God loves you, I love you, and so many others love you, beautiful! <3 Have a wonderful day, and you'll be just fine on your cruise; I'm praying for you all the time!

December 12, 2014 at 10:06
heyheyitsgabe

heyheyitsgabe

I can comment about the food part. I’m not anorexic. But I am chronically ill. Some gastrointestinal stuff that’s undiagnosed. For a long time last year I had to be “free” of a lot…gluten, dairy, eggs, peanut, corn, and something else. Gluten free for the longest, dairy free the second longest, and the rest for a couple/few months. But the point being, I couldn’t really eat out. I couldn’t eat at friends’ houses unless they had an apple, basically. 😛 I took my own food. Like you, I took it and was worried what people would say. Or think why I’m not eating, or feel sympathy for me, or judge me for bringing my own food. I didn’t want to be seen as a health freak, but I simply couldn’t eat the other food they were eating. What I learned: just be yourself; be confident; not care what they think about you in terms of judging you; you’re doing what you have to do (or want to do) and it’s your choice; as long as you’re confident and do your thing, they should be good with it; if you act like something’s awkward or wrong it shows and they may really notice (at least I thought so). Reality: they may not even notice that you bring your own food. The waitress/er may look at you weird, but it’s not like they’re gonna kick you off! (it’s a boat…) Be yourself, be confident, smile, find the Jesus~Joy, I hope you’ll have a good time. Look beyond the food, I thought, there’s more than food even though food seems like life. I hope you can find the joy in it and treasure memories!

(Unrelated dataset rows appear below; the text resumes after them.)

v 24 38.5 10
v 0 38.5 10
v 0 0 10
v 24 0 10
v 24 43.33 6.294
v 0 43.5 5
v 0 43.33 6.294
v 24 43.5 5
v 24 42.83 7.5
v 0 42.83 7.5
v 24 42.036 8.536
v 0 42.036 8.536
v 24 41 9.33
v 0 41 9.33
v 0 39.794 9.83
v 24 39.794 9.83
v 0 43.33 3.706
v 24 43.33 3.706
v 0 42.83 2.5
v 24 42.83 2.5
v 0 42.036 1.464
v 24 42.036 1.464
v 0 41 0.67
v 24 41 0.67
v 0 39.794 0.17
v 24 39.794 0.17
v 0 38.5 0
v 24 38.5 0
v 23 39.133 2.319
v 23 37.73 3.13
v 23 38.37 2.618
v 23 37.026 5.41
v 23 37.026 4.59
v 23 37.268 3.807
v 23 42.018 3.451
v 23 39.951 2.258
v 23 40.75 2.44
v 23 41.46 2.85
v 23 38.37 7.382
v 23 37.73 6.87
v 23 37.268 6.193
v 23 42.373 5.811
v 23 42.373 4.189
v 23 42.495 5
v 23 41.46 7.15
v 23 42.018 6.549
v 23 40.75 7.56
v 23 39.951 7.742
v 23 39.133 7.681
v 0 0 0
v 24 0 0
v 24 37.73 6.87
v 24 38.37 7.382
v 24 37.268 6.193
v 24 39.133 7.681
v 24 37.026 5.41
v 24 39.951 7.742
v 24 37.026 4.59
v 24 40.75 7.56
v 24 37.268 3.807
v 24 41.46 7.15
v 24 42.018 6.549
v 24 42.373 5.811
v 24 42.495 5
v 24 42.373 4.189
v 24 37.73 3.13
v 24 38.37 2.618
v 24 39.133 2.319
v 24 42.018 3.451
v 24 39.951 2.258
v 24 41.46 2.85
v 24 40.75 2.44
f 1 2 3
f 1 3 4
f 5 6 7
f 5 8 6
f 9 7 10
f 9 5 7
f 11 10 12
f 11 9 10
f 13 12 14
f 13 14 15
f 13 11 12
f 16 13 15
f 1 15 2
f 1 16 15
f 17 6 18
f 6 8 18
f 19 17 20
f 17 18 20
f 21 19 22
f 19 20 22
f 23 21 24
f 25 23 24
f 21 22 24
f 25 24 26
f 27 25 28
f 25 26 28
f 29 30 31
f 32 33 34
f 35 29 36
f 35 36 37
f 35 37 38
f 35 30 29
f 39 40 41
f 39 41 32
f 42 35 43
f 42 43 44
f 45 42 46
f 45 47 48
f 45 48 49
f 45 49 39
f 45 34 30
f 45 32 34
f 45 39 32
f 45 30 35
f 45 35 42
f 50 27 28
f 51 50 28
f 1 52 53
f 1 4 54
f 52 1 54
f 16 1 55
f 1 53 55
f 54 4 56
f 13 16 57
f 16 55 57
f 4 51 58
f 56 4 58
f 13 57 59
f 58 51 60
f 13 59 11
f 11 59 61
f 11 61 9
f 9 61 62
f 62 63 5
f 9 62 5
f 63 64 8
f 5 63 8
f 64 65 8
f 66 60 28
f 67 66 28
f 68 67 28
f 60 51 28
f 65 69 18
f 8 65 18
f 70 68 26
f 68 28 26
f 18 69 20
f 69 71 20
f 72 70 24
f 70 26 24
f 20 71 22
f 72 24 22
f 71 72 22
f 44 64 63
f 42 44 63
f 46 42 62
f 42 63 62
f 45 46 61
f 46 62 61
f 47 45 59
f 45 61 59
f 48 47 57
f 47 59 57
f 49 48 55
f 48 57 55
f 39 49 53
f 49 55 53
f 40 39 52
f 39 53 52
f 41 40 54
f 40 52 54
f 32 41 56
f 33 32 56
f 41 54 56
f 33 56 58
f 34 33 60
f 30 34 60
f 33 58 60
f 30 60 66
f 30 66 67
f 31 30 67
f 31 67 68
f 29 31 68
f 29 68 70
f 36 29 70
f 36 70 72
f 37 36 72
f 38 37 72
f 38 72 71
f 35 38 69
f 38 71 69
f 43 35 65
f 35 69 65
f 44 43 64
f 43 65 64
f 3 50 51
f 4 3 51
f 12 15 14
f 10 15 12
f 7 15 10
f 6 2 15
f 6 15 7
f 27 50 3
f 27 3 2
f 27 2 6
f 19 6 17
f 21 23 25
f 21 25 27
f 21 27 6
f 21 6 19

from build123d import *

# Parameters (mm, degrees)
SKETCH1_W           = 24
SKETCH1_H           = 43.5
BOSS_EXTRUDE1_DEPTH = 10
FILLET1_R           = 5
SKETCH2_R           = 2.75
CUT_EXTRUDE1_DEPTH  = 1


with BuildPart() as part:
    # Sketch1 → Boss-Extrude1 (new body)
    with BuildSketch(Plane.XY):
        with Locations((12, 21.75)):
            Rectangle(SKETCH1_W, SKETCH1_H)
    extrude(amount=BOSS_EXTRUDE1_DEPTH)

    # Fillet1
    fillet1_edges = [part.edges().sort_by_distance(p)[0] for p in [
        (12, 43.5, 0),
        (12, 43.5, 10),
    ]]
    fillet(fillet1_edges, radius=FILLET1_R - 0.0001)  # a hair under: the kernel refuses the full size

    # Sketch2 → Cut-Extrude1 (cut)
    with BuildSketch(Plane(origin=(24, 0, 0), x_dir=(0, 0, -1), z_dir=(1, 0, 0))):
        with Locations(Location((-5, 39.745423447, 0), (0, 0, 90))):
            Circle(SKETCH2_R)
    extrude(amount=-CUT_EXTRUDE1_DEPTH, mode=Mode.SUBTRACT)


solid = part.part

December 14, 2014 at 23:21
do.it.out.of.love

do.it.out.of.love

Well, Christmas is supposed to be a time you want to enjoy, not dread. I would say talk to God about all of your worries and fears. I was a bit anorexic when I was younger and then my parents caught me on it. This world tells us that the only beautiful girls are skinny, but that is so not true! What counts is whats inside, not out. I have depression too, so I understand where your coming from. I have never hurt myself though. My advice would be that hurting yourself doesn’t solve your problems. It may resolve the stress, but it doesn’t solve the problems. Dealing with your uncle well, I would talk to your parents about that. Your family needs to be reminded that its Christmas, a time of loving behavior. Not mean, cruel behavior that will hurt people. This stuff may take some sacrifice but I guarantee its worth it. And your grandparents well, I would talk to them about it and see what they really feel. Hope this helps!